Entrevista com a Dra. Samantha Pessôa
Durante os exames de rotina na gestação, é comum que alguns termos técnicos apareçam no laudo do ultrassom e gerem dúvidas ou até medo. Um exemplo é quando o relatório indica uma alteração no cordão umbilical, como artéria umbilical única, inserção velamentosa ou até a presença de um nó verdadeiro.
Mas será que esses achados representam, de fato, um grande risco? Ou é possível encarar a gestação com mais tranquilidade, mesmo diante dessas variantes?

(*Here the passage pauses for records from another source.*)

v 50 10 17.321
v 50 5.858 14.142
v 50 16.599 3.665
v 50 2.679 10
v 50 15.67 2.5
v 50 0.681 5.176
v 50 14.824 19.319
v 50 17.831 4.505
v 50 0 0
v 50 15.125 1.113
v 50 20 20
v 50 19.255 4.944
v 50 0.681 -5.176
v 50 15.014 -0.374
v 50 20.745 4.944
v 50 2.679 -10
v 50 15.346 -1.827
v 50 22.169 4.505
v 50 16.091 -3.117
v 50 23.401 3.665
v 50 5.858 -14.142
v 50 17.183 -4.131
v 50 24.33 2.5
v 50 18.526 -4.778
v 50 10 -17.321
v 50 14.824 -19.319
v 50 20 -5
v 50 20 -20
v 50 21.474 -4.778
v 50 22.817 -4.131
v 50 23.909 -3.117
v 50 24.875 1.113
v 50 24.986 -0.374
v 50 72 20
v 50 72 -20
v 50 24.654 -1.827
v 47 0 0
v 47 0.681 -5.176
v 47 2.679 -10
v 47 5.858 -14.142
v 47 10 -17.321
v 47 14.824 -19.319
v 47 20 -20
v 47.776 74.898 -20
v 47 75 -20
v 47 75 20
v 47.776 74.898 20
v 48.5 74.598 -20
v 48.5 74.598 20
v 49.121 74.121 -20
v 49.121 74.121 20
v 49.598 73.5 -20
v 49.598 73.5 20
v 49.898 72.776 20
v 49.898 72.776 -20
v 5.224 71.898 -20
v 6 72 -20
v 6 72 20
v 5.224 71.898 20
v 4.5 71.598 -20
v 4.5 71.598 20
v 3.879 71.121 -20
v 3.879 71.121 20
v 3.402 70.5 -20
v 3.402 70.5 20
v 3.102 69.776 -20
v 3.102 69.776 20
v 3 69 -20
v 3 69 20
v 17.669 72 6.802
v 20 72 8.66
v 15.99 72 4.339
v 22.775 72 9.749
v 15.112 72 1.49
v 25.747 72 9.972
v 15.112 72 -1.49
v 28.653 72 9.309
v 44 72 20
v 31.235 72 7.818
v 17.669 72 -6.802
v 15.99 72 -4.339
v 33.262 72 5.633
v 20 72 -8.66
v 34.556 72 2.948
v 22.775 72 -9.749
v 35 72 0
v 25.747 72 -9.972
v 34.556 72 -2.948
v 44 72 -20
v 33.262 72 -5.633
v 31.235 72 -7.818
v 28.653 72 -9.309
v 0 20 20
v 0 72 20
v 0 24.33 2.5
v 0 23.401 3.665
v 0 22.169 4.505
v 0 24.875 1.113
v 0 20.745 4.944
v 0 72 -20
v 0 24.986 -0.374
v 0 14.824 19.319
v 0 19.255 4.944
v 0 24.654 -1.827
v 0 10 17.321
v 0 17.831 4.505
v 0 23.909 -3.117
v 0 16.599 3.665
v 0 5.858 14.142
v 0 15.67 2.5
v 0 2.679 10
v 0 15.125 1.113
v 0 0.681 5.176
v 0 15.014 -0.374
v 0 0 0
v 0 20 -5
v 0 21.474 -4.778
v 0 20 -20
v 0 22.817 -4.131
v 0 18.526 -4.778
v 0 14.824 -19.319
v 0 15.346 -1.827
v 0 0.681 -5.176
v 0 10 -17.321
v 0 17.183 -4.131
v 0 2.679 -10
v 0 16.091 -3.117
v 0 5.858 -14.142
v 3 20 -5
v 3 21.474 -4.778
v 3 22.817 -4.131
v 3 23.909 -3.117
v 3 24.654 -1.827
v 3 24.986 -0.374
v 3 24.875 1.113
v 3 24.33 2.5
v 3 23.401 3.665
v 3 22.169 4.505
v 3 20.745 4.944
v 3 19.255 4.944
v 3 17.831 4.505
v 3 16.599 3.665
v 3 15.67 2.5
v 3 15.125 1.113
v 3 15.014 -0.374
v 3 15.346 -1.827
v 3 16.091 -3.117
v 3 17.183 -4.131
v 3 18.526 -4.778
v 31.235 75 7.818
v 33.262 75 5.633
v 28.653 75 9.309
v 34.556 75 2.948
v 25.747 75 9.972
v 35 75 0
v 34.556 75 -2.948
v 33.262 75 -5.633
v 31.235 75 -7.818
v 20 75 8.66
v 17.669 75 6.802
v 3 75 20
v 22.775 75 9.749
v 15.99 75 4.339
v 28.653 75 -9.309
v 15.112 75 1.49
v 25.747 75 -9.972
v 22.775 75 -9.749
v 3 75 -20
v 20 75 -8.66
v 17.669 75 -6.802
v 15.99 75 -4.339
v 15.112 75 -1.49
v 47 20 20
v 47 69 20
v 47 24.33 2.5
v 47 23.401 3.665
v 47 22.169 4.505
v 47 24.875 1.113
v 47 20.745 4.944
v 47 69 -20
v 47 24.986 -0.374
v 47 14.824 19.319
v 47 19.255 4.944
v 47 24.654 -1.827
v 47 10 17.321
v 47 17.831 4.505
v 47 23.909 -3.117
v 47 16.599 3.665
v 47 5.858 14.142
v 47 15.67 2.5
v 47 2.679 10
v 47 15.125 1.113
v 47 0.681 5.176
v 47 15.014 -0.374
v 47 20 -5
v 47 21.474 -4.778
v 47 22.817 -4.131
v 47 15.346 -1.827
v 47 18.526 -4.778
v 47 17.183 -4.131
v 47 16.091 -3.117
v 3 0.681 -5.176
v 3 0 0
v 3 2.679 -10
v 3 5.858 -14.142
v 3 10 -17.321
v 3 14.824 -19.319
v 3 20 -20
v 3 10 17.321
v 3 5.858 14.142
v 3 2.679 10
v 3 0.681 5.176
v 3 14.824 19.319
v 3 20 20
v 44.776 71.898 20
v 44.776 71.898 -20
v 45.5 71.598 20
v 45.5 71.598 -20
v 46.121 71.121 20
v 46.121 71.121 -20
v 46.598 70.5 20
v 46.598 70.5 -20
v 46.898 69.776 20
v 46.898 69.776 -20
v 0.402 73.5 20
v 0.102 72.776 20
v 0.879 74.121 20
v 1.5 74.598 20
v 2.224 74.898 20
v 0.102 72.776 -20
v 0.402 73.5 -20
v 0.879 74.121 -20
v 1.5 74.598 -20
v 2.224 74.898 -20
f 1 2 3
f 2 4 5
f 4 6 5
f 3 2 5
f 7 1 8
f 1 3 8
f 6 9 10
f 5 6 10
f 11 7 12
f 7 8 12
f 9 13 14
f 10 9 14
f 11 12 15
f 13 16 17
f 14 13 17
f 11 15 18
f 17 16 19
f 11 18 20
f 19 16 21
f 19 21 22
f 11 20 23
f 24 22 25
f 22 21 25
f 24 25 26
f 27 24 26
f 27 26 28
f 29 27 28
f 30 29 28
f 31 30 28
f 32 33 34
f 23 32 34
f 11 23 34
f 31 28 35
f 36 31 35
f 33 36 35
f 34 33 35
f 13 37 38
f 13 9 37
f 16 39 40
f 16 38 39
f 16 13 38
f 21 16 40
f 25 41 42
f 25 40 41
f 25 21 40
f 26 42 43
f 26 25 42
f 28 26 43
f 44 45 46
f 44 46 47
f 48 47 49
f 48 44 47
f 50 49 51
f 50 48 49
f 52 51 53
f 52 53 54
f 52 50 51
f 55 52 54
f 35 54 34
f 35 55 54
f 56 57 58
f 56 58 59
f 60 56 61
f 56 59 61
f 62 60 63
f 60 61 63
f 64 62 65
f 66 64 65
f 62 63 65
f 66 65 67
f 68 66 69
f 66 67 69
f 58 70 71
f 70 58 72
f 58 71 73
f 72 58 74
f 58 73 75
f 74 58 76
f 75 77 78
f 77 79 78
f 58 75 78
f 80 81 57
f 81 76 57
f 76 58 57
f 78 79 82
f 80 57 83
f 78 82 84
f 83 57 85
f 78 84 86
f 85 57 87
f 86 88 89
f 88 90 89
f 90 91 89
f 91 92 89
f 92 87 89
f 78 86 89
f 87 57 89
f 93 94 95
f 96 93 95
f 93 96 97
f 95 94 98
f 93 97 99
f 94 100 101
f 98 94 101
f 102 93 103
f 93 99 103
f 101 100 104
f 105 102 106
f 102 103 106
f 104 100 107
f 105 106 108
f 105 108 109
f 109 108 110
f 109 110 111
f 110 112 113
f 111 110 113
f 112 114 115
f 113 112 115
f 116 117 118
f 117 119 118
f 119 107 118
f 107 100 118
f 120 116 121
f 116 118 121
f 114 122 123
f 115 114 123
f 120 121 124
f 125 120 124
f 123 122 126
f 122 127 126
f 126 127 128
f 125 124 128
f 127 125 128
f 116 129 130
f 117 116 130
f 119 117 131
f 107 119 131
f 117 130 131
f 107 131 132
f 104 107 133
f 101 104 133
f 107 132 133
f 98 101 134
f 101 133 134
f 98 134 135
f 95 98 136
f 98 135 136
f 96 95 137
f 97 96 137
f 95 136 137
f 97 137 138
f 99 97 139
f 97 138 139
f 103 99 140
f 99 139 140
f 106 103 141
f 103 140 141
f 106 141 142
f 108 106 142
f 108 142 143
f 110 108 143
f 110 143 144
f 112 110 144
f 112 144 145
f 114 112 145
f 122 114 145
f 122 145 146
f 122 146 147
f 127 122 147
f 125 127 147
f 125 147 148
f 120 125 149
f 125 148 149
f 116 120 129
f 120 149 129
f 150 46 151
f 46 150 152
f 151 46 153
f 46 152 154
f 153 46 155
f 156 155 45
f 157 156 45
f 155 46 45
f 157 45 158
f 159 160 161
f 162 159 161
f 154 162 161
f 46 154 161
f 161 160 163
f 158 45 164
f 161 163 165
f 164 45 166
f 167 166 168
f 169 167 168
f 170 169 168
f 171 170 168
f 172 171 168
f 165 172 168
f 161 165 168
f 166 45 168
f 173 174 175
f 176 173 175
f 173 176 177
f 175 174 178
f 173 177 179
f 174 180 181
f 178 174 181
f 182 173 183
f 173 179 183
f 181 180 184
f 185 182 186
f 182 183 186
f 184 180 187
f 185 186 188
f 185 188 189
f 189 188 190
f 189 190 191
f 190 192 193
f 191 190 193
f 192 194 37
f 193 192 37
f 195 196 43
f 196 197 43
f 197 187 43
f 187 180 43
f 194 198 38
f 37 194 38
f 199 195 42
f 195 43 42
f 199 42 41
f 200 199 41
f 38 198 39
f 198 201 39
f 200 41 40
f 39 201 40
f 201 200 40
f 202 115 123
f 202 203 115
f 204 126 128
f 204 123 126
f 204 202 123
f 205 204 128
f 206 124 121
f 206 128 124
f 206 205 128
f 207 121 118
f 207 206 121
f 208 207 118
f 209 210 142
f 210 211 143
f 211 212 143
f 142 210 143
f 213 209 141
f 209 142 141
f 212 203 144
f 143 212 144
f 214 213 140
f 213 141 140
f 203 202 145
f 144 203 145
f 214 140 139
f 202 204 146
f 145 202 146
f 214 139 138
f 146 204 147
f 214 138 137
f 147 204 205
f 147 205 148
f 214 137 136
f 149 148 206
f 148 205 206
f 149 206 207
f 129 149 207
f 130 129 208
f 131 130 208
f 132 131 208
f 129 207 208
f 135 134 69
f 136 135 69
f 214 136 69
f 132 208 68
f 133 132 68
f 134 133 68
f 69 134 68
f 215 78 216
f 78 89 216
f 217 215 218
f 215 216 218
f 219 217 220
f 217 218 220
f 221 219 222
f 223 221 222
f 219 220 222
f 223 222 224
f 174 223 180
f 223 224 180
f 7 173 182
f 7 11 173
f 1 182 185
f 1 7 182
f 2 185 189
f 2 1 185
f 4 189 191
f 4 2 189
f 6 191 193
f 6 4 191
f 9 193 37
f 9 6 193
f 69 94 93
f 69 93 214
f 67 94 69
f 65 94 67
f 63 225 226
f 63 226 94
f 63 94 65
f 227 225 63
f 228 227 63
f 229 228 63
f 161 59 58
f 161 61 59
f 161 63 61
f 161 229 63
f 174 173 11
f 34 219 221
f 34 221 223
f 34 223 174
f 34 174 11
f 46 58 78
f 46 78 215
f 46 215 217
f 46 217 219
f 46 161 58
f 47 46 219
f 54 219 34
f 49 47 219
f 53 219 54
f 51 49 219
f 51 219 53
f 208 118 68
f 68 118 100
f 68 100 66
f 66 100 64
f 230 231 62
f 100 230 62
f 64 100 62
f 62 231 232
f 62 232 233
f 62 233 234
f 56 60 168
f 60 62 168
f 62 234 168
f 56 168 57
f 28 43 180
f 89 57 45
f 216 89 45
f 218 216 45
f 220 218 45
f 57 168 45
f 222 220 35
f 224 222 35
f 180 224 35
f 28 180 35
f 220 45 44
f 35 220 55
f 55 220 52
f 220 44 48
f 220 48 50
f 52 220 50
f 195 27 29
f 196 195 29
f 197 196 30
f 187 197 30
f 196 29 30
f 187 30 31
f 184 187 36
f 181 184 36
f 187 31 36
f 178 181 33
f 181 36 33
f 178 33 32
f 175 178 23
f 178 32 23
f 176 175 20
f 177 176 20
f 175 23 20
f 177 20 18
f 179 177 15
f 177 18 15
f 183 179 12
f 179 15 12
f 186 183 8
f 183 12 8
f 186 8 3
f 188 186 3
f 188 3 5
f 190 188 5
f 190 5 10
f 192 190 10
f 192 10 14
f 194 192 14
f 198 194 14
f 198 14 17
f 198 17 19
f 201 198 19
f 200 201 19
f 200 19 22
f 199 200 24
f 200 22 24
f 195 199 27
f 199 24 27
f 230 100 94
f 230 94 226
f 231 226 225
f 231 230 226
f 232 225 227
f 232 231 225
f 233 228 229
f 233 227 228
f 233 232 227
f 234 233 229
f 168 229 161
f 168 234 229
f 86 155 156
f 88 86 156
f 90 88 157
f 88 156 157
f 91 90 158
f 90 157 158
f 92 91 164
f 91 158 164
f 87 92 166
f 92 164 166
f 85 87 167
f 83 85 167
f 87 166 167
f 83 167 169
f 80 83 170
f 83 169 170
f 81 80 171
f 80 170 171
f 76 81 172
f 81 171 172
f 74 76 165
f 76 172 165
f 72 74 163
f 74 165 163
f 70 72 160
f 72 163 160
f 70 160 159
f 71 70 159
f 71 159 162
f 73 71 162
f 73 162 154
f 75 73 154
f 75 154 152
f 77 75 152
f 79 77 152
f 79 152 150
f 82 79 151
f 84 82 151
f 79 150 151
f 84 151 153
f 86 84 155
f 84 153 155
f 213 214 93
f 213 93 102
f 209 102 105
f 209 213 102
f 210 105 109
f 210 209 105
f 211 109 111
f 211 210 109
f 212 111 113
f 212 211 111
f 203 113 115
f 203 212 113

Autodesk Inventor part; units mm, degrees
ref_plane "YZ Plane" through (0, 0, 0) normal (1, 0, 0) x (0, 1, 0)
ref_plane "XZ Plane" through (0, 0, 0) normal (0, 1, 0) x (-1, 0, 0)
ref_plane "XY Plane" through (0, 0, 0) normal (0, 0, 1) x (1, 0, 0)
sketch "Sketch1" plane through (0, 0, 0) normal (0, 0, 1) x (1, 0, 0)
  line L0 (0, 0) -> (3, 0)
  line L1 (3, 0) -> (3, 72)
  line L2 (3, 72) -> (47, 72)
  line L3 (47, 72) -> (47, 0)
  line L4 (47, 0) -> (50, 0)
  line L5 (50, 0) -> (50, 75)
  line L6 (50, 75) -> (0, 75)
  line L7 (0, 75) -> (0, 0)
  dimension "d0" = 75
  dimension "d2" = 3
  dimension "d3" = 3
  dimension "d4" = 3
  dimension "d21" = 50
extrude "Extrusion1" add sketch "Sketch1" along normal mid plane 40
fillet "Fillet1" radius 3 1 edges at (50, 75, 0)
fillet "Fillet2" radius 3 1 edges at (0, 75, 0)
fillet "Fillet3" radius 20 1 edges at (48.5, 0, 20)
fillet "Fillet4" radius 20 1 edges at (1.5, 0, 20)
fillet "Fillet5" radius 20 1 edges at (48.5, 0, -20)
fillet "Fillet6" radius 20 1 edges at (1.5, 0, -20)
sketch "Sketch2" plane through (50, 72, 20) normal (1, 0, 0) x (0, 0, -1)
  arc A0 (0, -52) -> (40, -52) centre (20, -52) ccw projected
  circle A1 centre (20, -52) radius 5
  point P0 (20, -72)
  dimension "d13" = 10
extrude "Extrusion2" cut sketch "Sketch2" against normal through all
sketch "Sketch3" plane through (47, 75, 20) normal (0, 1, 0) x (1, 0, 0)
  line L0 (-47, 20) -> (3, 20) construction
  line L1 (3, 25) -> (3, 15) projected
  circle A0 centre (-22, 20) radius 10
  dimension "d16" = 20
extrude "Extrusion3" cut sketch "Sketch3" against normal blind 10
fillet "Fillet7" radius 3 1 edges at (47, 72, 0)
fillet "Fillet8" radius 3 1 edges at (3, 72, 0)
properties part number "Part1dia7demaio" material "Steel, Carbon"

Para responder a essas e outras perguntas, conversamos com a Dra. Samantha Ramos Toledo Pessôa, ginecologista obstetra com atuação em medicina fetal. Ela traz objetivas para que as futuras mães possam entender melhor essas situações e se sentir mais confiantes.

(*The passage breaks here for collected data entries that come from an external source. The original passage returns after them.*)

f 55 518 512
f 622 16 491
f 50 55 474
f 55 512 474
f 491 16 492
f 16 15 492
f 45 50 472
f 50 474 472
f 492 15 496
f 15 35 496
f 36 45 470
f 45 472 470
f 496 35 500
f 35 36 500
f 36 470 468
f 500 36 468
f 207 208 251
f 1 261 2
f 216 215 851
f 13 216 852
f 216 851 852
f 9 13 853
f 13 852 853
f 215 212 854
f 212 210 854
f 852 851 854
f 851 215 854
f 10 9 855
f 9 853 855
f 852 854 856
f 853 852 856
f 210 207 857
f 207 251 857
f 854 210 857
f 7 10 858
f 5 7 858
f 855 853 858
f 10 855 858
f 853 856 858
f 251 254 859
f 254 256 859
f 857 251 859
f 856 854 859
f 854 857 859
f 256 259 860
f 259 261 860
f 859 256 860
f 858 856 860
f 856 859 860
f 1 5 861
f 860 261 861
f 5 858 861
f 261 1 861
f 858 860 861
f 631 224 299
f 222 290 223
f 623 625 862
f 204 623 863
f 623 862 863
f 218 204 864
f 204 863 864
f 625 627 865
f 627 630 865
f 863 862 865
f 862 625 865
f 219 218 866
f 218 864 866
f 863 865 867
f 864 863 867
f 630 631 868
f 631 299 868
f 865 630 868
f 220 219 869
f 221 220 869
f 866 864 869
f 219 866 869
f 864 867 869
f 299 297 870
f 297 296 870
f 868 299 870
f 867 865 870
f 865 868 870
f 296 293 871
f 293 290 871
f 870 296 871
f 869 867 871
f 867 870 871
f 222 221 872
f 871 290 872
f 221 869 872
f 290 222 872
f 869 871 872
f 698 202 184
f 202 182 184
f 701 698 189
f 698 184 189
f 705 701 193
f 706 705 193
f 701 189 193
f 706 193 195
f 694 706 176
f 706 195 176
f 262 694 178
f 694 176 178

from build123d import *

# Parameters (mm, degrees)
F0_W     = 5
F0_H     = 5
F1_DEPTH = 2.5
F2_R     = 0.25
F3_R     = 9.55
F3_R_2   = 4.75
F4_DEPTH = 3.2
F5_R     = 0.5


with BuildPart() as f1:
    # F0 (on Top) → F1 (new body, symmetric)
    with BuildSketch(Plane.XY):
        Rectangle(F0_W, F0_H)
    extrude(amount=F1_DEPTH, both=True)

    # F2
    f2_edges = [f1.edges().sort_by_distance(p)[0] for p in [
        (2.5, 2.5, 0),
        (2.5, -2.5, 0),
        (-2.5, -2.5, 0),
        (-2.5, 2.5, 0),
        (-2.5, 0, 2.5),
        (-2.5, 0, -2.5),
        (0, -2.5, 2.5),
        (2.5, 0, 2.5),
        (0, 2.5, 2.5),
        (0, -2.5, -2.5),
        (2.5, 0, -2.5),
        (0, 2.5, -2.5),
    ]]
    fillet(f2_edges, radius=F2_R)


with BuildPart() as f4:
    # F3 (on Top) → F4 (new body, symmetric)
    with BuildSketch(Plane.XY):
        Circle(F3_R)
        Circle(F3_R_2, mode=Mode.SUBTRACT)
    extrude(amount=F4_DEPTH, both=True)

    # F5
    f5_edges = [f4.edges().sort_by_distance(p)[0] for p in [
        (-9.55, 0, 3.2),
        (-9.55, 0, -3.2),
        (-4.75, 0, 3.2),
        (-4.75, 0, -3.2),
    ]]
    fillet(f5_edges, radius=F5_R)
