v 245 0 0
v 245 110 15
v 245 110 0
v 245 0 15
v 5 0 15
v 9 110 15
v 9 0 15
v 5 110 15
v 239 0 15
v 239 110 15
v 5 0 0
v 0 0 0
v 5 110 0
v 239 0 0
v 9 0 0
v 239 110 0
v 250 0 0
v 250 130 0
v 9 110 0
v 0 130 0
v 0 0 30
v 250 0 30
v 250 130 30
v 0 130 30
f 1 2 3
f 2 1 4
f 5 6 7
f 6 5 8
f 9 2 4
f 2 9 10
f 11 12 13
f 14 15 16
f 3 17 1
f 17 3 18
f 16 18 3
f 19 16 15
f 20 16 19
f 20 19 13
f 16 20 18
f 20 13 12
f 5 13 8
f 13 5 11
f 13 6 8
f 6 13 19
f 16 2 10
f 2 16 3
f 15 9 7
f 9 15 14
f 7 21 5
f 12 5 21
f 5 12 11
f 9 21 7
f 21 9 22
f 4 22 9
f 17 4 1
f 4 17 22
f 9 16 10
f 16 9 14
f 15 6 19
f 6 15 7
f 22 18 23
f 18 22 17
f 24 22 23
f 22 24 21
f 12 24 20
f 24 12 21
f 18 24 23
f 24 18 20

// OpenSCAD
module main(){
difference()
{   
    cube([250,130,30]);
    //translate([15,5,5])cube([220,120,25]);
    //top_hole();
    bottom_slits();


}

}


module bottom_slits()
{
    difference()
    {
        translate([5,0,0])cube([240,110,15]);
        translate([9,0,0])cube([230,110,15]);
    }
}

module top_hole()
{
    
    points = [
    [10,5,30],
    [240,5,30],
    [240,125,30],
    [10,125,30],
    [30,5,5],
    [240,5,5],
    [240,125,5],
    [30,125,5]
    ];
    faces=[
    [0,1,2,3],
    [4,5,6,7],
    [0,1,5,4],
    [2,3,7,6],
    [0,3,7,4],
    [1,2,6,5]
    ];
    polyhedron(points,faces,10);
    
    
}

main();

Por que tantas mulheres se assustam quando o laudo do ultrassom traz uma observação sobre o cordão umbilical?
Dra. Samantha: Porque, na maioria das vezes, essas pacientes não sabem o que esses termos significam. Como o cordão umbilical é o responsável pela nutrição fetal, tanto do ponto de vista nutricional quanto de oxigênio, qualquer alteração nele tanto estrutural quanto posicional, causa grande ansiedade. Portanto é importante entender que variações nem sempre representam perigo real para a gestação.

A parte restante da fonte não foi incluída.